In this study, we used the macroscopic model to fit in vivo HPPH-mediated necrostic radius in the RIF tumor model so that photochemical PDT parameters can be obtained. Then the in vivo threshold dose of the singlet oxygen, ${[{{}^1\mathrm{O}}_2]}_{\mathrm{rx},\mathrm{sh}}$, was determined by correlation of the calculated ${[{{}^1\mathrm{O}}_2]}_{\mathrm{rx}}$ and the tumor necrosis induced by PDT. The PDT dose and ${[{{}^1\mathrm{O}}_2]}_{\mathrm{rx}}$ were calculated at 3 mm because this is roughly the average necrotic radius. The correlations of the PDT dose and ${[{{}^1\mathrm{O}}_2]}_{\mathrm{rx}}$ with PDT-induced necrotic radius showed that ${[{{}^1\mathrm{O}}_2]}_{\mathrm{rx}}$ serves as a better dosimetric quantity than PDT dose for predicting the treatment outcome. We expect that the model parameters and ${[{{}^1\mathrm{O}}_2]}_{\mathrm{rx},\mathrm{sh}}$ obtained from this study can be used directly in clinical trials to potentially better predict the outcome of the HPPH-mediated PDT. This in vivo PDT dosimetry is imperative in understanding the mechanism of the ${{}^1\mathrm{O}}_2$ toxic effect and how this toxicity translates to tissue necrosis observed with the treatment.

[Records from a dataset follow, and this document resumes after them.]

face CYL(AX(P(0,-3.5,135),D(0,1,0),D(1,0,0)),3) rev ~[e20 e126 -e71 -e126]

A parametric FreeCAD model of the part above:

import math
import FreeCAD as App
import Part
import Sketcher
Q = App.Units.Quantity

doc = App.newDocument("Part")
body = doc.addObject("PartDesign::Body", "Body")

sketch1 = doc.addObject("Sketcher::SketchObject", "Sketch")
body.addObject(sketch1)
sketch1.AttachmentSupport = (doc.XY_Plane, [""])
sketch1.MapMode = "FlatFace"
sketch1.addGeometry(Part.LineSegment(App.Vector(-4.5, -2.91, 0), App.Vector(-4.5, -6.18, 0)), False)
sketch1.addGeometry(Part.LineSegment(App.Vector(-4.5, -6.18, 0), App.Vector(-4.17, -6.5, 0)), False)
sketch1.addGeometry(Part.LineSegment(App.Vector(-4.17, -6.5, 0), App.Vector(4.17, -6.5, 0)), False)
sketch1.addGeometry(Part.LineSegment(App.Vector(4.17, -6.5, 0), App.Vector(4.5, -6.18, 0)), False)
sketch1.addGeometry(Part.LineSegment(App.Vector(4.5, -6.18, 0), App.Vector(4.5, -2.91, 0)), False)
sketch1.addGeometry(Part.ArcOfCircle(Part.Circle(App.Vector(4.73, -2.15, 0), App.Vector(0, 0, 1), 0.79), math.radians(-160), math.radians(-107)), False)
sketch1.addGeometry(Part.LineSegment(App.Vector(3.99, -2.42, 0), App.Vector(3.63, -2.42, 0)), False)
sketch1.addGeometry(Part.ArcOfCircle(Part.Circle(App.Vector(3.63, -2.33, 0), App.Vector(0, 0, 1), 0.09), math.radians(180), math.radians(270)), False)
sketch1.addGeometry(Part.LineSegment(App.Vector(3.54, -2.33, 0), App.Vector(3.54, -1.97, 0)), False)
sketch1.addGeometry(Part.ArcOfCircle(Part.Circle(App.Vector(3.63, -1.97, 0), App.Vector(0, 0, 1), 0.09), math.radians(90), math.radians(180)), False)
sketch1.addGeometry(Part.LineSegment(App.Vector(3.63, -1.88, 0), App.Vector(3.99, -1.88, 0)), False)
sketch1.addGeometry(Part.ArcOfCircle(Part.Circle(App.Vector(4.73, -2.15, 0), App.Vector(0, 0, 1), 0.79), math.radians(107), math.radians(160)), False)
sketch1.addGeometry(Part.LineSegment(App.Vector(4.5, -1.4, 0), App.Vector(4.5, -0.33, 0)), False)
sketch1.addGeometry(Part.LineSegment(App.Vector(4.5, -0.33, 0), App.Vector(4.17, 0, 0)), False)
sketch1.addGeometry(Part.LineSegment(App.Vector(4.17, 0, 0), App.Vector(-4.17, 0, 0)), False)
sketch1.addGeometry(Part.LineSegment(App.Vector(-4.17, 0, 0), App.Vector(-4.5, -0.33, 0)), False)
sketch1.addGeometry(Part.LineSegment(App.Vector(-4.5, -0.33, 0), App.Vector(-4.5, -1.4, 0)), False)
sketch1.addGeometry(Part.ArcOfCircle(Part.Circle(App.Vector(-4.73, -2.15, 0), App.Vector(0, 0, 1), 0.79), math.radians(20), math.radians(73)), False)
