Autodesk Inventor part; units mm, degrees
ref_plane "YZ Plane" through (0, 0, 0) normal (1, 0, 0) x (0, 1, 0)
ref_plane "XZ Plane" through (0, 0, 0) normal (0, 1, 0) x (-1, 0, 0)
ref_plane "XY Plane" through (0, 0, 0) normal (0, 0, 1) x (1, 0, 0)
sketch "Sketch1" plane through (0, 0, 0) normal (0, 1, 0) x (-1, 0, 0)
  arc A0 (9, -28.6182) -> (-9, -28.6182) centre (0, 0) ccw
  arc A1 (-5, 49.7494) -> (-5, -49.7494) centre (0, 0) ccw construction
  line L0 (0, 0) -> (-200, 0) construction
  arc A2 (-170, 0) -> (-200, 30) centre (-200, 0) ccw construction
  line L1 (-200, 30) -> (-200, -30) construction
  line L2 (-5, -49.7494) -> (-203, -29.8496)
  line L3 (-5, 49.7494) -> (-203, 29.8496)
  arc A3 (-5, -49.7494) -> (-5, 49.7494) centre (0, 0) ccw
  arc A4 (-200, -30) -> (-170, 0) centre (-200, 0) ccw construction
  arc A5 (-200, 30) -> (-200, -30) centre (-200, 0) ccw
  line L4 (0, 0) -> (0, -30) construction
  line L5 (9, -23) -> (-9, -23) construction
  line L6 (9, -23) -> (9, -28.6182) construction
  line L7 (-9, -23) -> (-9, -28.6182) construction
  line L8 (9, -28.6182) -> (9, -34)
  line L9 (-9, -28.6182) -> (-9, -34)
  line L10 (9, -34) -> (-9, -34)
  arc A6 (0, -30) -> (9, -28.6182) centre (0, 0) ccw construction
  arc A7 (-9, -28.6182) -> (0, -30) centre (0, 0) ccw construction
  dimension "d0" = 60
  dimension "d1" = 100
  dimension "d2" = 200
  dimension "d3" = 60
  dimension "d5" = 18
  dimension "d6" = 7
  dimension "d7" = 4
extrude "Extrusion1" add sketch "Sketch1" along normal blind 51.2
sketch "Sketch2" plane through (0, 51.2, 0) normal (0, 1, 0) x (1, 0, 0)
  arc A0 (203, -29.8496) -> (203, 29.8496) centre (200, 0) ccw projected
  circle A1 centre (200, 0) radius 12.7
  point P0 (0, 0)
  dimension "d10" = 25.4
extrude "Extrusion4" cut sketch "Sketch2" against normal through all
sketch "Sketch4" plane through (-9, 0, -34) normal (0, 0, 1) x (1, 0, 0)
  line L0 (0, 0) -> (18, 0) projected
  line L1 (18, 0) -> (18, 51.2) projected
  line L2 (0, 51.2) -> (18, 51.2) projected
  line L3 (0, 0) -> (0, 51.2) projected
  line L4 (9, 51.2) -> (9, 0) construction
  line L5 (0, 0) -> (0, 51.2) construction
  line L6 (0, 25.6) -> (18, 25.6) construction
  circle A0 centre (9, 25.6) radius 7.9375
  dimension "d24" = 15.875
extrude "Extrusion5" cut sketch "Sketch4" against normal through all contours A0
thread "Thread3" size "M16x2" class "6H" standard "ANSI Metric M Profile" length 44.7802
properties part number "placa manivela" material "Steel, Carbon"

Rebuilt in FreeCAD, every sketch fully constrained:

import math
import FreeCAD as App
import Part
import Sketcher
from FreeCAD import Vector
Q = App.Units.Quantity

doc = App.newDocument("Part")
params = doc.addObject("Spreadsheet::Sheet", "Params")
for row, (alias, value) in enumerate([
    ("sketch1_radius", "50 mm"),
    ("sketch1_radius2", "30 mm"),
    ("sketch1_width", "18 mm"),
    ("pad1_length", "51.2 mm"),
    ("sketch2_diameter", "25.4 mm"),
], start=1):
    params.set(f"A{row}", alias)
    params.set(f"B{row}", "=" + value)
    params.setAlias(f"B{row}", alias)

body = doc.addObject("PartDesign::Body", "Body")

sketch1 = body.newObject("Sketcher::SketchObject", "Sketch")
sketch1.AttachmentSupport = (doc.getObject("XZ_Plane"), [""])
sketch1.MapMode = "FlatFace"
sketch1.addGeometry([
    Part.LineSegment(Vector(203, -30, 0), Vector(5, -50, 0)),
    Part.ArcOfCircle(Part.Circle(Vector(0, 0, 0), Vector(0, 0, 1), 50), math.radians(84), math.radians(276)),
    Part.LineSegment(Vector(5, 50, 0), Vector(203, 30, 0)),
    Part.ArcOfCircle(Part.Circle(Vector(200, 0, 0), Vector(0, 0, 1), 30), math.radians(-84), math.radians(84)),
    Part.ArcOfCircle(Part.Circle(Vector(0, 0, 0), Vector(0, 0, 1), 30), math.radians(-73), math.radians(253)),
    Part.LineSegment(Vector(-9, -29, 0), Vector(-9, -34, 0)),
    Part.LineSegment(Vector(-9, -34, 0), Vector(9, -34, 0)),
    Part.LineSegment(Vector(9, -34, 0), Vector(9, -29, 0)),
], False)
sketch1.addConstraint([
    Sketcher.Constraint("Tangent", 0, 2, 1, 2),
    Sketcher.Constraint("Tangent", 1, 1, 2, 1),
    Sketcher.Constraint("Tangent", 2, 2, 3, 2),
    Sketcher.Constraint("Tangent", 3, 1, 0, 1),
    Sketcher.Constraint("Coincident", 4, 2, 5, 1),
    Sketcher.Constraint("Coincident", 5, 2, 6, 1),
    Sketcher.Constraint("Coincident", 6, 2, 7, 1),
    Sketcher.Constraint("Coincident", 7, 2, 4, 1),
    Sketcher.Constraint("Vertical", 5),
    Sketcher.Constraint("Horizontal", 6),
    Sketcher.Constraint("Vertical", 7),
    Sketcher.Constraint("Coincident", 1, 3, -1, 1),
    Sketcher.Constraint("Coincident", 4, 3, -1, 1),
    Sketcher.Constraint("Equal", 3, 4),
    Sketcher.Constraint("PointOnObject", 3, 3, -1),
    Sketcher.Constraint("Horizontal", 4, 2, 7, 2),
    Sketcher.Constraint("Radius", 1, Q("50 mm")),
    Sketcher.Constraint("Radius", 3, Q("30 mm")),
    Sketcher.Constraint("DistanceX", 6, 1, 6, 2, Q("18 mm")),
    Sketcher.Constraint("DistanceX", -1, 1, 3, 3, Q("200 mm")),
    Sketcher.Constraint("DistanceY", 5, 2, -1, 1, Q("34 mm")),
])
sketch1.setExpression("Constraints[16]", "Params.sketch1_radius")
sketch1.setExpression("Constraints[17]", "Params.sketch1_radius2")
sketch1.setExpression("Constraints[18]", "Params.sketch1_width")
pad1 = body.newObject("PartDesign::Pad", "Pad")
pad1.Profile = sketch1
pad1.setExpression("Length", "Params.pad1_length")
pad1.Reversed = True

sketch2 = body.newObject("Sketcher::SketchObject", "Sketch001")
sketch2.AttachmentSupport = (doc.getObject("XZ_Plane"), [""])
sketch2.MapMode = "FlatFace"
sketch2.AttachmentOffset = App.Placement(Vector(0, 0, -51.2), App.Rotation())
sketch2.addGeometry(Part.Circle(Vector(200, 0, 0), Vector(0, 0, 1), 13), False)
sketch2.addConstraint([
    Sketcher.Constraint("PointOnObject", 0, 3, -1),
    Sketcher.Constraint("Diameter", 0, Q("25.4 mm")),
    Sketcher.Constraint("DistanceX", -1, 1, 0, 3, Q("200 mm")),
])
sketch2.setExpression("Constraints[1]", "Params.sketch2_diameter")
pocket1 = body.newObject("PartDesign::Pocket", "Pocket")
pocket1.Profile = sketch2
pocket1.Type = "ThroughAll"
pocket1.Reversed = True

sketch3 = body.newObject("Sketcher::SketchObject", "Sketch002")
sketch3.AttachmentSupport = (doc.getObject("XY_Plane"), [""])
sketch3.MapMode = "FlatFace"
sketch3.AttachmentOffset = App.Placement(Vector(0, 0, -34), App.Rotation())
sketch3.addGeometry(Part.Circle(Vector(0, 26, 0), Vector(0, 0, 1), 8), False)
sketch3.addConstraint([
    Sketcher.Constraint("PointOnObject", 0, 3, -2),
    Sketcher.Constraint("Diameter", 0, Q("15.875 mm")),
    Sketcher.Constraint("DistanceY", -1, 1, 0, 3, Q("25.6 mm")),
])
pocket2 = body.newObject("PartDesign::Pocket", "Pocket001")
pocket2.Profile = sketch3
pocket2.Type = "ThroughAll"

doc.recompute()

In the current model, $\delta$ is set to be $33\mu \mathrm{M}$. The impact of $\delta$ values on the values of $\sigma$ obtained from fitting needs to be further studied. Due to a lack of published independent validation, the value of $\sigma$ should be taken as preliminary.